[Records from a data collection]
___

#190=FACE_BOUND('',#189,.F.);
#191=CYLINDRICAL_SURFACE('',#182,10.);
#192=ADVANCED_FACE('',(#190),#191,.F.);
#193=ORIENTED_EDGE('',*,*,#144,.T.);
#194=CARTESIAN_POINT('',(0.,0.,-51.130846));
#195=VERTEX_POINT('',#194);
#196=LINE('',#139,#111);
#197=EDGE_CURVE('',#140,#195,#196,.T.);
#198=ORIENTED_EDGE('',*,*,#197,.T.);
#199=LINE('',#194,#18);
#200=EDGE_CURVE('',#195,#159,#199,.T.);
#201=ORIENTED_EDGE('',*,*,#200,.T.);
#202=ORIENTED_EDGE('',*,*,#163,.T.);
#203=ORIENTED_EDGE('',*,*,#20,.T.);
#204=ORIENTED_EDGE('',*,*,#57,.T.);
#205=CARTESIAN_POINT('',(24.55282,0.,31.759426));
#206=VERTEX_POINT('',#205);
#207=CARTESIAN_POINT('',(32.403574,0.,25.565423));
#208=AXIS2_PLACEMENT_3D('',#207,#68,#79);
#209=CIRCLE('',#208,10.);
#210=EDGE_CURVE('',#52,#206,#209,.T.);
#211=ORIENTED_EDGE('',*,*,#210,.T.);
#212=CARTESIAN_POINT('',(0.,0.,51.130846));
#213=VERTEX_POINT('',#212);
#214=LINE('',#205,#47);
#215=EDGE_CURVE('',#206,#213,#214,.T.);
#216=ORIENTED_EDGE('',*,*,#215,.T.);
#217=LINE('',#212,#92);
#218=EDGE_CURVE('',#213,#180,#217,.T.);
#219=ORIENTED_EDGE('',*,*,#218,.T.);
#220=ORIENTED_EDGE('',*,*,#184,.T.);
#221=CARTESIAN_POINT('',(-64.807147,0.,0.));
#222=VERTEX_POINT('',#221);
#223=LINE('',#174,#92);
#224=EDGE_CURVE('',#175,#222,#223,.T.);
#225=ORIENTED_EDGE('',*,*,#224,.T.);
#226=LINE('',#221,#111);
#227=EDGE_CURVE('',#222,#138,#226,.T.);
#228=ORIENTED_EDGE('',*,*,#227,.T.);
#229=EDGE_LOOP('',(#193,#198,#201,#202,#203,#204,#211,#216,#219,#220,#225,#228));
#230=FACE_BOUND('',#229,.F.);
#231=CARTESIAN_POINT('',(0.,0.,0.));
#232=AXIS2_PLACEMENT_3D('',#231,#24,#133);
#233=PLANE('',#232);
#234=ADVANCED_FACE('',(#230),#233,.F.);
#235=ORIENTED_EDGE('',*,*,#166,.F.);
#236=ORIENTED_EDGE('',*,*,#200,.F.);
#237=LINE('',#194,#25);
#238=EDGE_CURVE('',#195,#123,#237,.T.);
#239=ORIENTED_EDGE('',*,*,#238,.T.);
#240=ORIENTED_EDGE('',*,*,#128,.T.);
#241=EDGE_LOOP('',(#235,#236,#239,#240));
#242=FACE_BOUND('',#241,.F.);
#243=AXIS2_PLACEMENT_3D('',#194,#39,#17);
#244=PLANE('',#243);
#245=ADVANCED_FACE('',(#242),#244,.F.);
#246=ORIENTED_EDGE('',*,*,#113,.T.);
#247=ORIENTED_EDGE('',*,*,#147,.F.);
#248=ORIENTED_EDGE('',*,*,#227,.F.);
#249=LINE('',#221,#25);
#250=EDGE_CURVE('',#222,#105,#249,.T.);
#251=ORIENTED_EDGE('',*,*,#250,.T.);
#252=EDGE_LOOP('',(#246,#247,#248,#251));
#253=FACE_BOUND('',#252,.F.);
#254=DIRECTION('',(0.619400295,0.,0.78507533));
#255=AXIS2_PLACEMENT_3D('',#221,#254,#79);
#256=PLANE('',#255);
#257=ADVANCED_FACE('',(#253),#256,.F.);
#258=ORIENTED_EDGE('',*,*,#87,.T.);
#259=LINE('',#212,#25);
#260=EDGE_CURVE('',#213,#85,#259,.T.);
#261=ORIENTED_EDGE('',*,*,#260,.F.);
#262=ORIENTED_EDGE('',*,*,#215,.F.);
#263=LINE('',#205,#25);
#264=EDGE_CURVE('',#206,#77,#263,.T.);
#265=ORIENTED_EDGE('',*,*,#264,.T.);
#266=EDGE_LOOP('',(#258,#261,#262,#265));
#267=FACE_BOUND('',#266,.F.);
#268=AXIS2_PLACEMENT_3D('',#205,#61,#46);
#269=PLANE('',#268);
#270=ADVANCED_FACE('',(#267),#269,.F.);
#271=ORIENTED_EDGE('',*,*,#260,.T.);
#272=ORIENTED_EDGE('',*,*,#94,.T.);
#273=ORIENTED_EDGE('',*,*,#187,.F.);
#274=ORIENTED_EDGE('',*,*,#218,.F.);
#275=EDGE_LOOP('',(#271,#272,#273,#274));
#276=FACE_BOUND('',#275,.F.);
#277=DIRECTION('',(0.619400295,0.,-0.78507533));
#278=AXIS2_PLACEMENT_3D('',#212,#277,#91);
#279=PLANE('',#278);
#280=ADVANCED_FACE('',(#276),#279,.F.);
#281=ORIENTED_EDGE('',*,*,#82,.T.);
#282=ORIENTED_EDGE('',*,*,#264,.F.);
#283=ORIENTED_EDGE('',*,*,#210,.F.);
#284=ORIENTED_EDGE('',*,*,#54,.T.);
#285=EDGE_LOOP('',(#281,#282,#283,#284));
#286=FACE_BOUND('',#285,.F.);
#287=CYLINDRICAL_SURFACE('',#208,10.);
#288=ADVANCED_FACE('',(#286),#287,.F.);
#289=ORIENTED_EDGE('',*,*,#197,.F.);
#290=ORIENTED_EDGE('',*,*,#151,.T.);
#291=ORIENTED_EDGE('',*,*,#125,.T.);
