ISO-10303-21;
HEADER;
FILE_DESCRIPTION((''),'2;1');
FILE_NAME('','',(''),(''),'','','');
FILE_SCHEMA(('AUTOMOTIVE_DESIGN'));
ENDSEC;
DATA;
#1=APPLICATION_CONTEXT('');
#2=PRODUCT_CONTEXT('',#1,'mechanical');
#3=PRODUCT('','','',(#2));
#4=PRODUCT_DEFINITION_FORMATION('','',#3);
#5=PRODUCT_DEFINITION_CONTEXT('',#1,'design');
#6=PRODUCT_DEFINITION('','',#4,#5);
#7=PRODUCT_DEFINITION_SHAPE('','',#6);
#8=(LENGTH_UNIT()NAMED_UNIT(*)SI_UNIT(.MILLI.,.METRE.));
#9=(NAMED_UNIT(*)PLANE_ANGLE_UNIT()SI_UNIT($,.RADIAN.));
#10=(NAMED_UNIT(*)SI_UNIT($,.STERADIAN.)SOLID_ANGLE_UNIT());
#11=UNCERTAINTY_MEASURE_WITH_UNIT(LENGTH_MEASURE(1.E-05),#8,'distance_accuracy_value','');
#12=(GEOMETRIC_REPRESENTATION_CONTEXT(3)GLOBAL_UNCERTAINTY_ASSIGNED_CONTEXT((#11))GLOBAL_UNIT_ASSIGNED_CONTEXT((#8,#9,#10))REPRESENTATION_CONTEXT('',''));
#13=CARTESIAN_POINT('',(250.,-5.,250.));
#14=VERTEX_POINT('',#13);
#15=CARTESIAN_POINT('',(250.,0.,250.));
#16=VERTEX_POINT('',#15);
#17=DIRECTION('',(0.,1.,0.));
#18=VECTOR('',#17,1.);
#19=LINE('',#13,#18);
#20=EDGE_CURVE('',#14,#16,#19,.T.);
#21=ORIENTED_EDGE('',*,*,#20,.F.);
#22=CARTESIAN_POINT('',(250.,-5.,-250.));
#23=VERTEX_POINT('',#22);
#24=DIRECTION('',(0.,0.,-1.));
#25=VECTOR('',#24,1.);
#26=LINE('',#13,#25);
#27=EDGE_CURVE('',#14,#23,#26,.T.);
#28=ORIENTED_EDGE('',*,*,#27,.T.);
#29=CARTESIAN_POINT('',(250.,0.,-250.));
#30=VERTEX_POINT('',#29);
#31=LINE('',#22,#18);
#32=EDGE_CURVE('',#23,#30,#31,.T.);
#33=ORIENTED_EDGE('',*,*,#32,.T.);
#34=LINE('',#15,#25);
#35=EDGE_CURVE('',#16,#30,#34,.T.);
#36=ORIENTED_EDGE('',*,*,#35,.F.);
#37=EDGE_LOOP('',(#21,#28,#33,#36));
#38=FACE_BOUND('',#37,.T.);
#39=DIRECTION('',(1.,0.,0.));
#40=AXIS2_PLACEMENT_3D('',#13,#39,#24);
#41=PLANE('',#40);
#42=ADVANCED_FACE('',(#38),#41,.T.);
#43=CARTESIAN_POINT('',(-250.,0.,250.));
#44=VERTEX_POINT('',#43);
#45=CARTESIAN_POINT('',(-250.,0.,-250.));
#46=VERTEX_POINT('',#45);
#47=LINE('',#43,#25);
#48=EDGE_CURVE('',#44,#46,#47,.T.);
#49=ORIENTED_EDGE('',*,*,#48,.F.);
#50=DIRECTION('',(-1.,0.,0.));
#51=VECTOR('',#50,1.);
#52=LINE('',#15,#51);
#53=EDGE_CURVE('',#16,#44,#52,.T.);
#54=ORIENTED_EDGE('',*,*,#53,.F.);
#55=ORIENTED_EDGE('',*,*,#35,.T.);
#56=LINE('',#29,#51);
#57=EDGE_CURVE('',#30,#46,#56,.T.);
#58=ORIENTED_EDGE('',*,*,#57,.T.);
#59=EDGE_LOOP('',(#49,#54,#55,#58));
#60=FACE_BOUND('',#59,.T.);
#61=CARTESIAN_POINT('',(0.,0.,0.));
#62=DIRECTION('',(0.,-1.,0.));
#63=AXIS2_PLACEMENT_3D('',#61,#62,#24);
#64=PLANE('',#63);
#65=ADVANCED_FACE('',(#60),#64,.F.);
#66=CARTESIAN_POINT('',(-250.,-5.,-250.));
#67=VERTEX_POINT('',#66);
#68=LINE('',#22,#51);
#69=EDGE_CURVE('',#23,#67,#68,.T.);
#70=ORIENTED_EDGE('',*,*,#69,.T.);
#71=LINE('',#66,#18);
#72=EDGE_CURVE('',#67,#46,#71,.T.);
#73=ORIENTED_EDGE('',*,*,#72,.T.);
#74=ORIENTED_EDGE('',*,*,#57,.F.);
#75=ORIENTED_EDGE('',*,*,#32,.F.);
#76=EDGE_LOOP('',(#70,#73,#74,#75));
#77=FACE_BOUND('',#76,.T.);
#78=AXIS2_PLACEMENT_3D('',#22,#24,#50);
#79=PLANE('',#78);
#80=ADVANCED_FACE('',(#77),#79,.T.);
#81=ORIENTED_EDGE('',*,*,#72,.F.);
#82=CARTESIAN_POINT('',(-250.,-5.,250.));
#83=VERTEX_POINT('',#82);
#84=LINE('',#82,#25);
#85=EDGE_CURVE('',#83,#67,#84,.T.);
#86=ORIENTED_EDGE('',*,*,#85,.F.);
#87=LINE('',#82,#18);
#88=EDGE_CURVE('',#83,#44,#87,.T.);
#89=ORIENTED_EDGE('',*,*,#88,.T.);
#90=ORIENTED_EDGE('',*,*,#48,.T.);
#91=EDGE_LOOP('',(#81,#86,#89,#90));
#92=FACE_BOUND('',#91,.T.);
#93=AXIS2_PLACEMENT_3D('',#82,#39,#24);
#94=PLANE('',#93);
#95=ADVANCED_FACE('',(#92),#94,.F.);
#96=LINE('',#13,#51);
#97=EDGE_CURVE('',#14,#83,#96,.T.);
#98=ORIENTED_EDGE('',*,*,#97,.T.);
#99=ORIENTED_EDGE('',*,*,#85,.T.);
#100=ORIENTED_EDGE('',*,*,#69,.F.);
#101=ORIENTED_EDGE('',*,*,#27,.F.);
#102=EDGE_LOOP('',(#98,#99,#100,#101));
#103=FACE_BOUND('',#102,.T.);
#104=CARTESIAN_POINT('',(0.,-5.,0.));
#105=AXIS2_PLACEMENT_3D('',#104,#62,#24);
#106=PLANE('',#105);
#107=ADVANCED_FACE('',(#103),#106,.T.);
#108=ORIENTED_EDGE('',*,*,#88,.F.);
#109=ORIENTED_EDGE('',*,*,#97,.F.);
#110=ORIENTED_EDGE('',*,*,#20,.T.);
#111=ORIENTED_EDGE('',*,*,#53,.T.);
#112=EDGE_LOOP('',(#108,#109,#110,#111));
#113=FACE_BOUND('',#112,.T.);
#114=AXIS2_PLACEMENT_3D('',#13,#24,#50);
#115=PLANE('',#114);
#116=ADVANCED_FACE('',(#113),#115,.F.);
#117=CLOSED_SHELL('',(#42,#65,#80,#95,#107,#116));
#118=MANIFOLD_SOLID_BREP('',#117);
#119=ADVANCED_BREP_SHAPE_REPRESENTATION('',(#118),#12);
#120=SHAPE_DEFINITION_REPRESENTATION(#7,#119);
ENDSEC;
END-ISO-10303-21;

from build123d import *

# Parameters (mm, degrees)
SKETCH1_W           = 500
SKETCH1_H           = 500
BOSS_EXTRUDE1_DEPTH = 5


with BuildPart() as part:
    # Sketch1 → Boss-Extrude1 (new body)
    with BuildSketch(Plane(origin=(0, 0, 0), x_dir=(1, 0, 0), z_dir=(0, 1, 0))):
        Rectangle(SKETCH1_W, SKETCH1_H)
    extrude(amount=-BOSS_EXTRUDE1_DEPTH)


solid = part.part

___

* [TASK DIRECTIONS]: Emit an exact copy of the lines spanning the start of the records to the line containing "#254=DIRECTION('',(0.619400295,0.,0.78507533));", inclusive, and no other output.

* [ANSWER SECTION]:
#190=FACE_BOUND('',#189,.F.);
#191=CYLINDRICAL_SURFACE('',#182,10.);
#192=ADVANCED_FACE('',(#190),#191,.F.);
#193=ORIENTED_EDGE('',*,*,#144,.T.);
#194=CARTESIAN_POINT('',(0.,0.,-51.130846));
#195=VERTEX_POINT('',#194);
#196=LINE('',#139,#111);
#197=EDGE_CURVE('',#140,#195,#196,.T.);
#198=ORIENTED_EDGE('',*,*,#197,.T.);
#199=LINE('',#194,#18);
#200=EDGE_CURVE('',#195,#159,#199,.T.);
#201=ORIENTED_EDGE('',*,*,#200,.T.);
#202=ORIENTED_EDGE('',*,*,#163,.T.);
#203=ORIENTED_EDGE('',*,*,#20,.T.);
#204=ORIENTED_EDGE('',*,*,#57,.T.);
#205=CARTESIAN_POINT('',(24.55282,0.,31.759426));
#206=VERTEX_POINT('',#205);
#207=CARTESIAN_POINT('',(32.403574,0.,25.565423));
#208=AXIS2_PLACEMENT_3D('',#207,#68,#79);
#209=CIRCLE('',#208,10.);
#210=EDGE_CURVE('',#52,#206,#209,.T.);
#211=ORIENTED_EDGE('',*,*,#210,.T.);
#212=CARTESIAN_POINT('',(0.,0.,51.130846));
#213=VERTEX_POINT('',#212);
#214=LINE('',#205,#47);
#215=EDGE_CURVE('',#206,#213,#214,.T.);
#216=ORIENTED_EDGE('',*,*,#215,.T.);
#217=LINE('',#212,#92);
#218=EDGE_CURVE('',#213,#180,#217,.T.);
#219=ORIENTED_EDGE('',*,*,#218,.T.);
#220=ORIENTED_EDGE('',*,*,#184,.T.);
#221=CARTESIAN_POINT('',(-64.807147,0.,0.));
#222=VERTEX_POINT('',#221);
#223=LINE('',#174,#92);
#224=EDGE_CURVE('',#175,#222,#223,.T.);
#225=ORIENTED_EDGE('',*,*,#224,.T.);
#226=LINE('',#221,#111);
#227=EDGE_CURVE('',#222,#138,#226,.T.);
#228=ORIENTED_EDGE('',*,*,#227,.T.);
#229=EDGE_LOOP('',(#193,#198,#201,#202,#203,#204,#211,#216,#219,#220,#225,#228));
#230=FACE_BOUND('',#229,.F.);
#231=CARTESIAN_POINT('',(0.,0.,0.));
#232=AXIS2_PLACEMENT_3D('',#231,#24,#133);
#233=PLANE('',#232);
#234=ADVANCED_FACE('',(#230),#233,.F.);
#235=ORIENTED_EDGE('',*,*,#166,.F.);
#236=ORIENTED_EDGE('',*,*,#200,.F.);
#237=LINE('',#194,#25);
#238=EDGE_CURVE('',#195,#123,#237,.T.);
#239=ORIENTED_EDGE('',*,*,#238,.T.);
#240=ORIENTED_EDGE('',*,*,#128,.T.);
#241=EDGE_LOOP('',(#235,#236,#239,#240));
#242=FACE_BOUND('',#241,.F.);
#243=AXIS2_PLACEMENT_3D('',#194,#39,#17);
#244=PLANE('',#243);
#245=ADVANCED_FACE('',(#242),#244,.F.);
#246=ORIENTED_EDGE('',*,*,#113,.T.);
#247=ORIENTED_EDGE('',*,*,#147,.F.);
#248=ORIENTED_EDGE('',*,*,#227,.F.);
#249=LINE('',#221,#25);
#250=EDGE_CURVE('',#222,#105,#249,.T.);
#251=ORIENTED_EDGE('',*,*,#250,.T.);
#252=EDGE_LOOP('',(#246,#247,#248,#251));
#253=FACE_BOUND('',#252,.F.);
#254=DIRECTION('',(0.619400295,0.,0.78507533));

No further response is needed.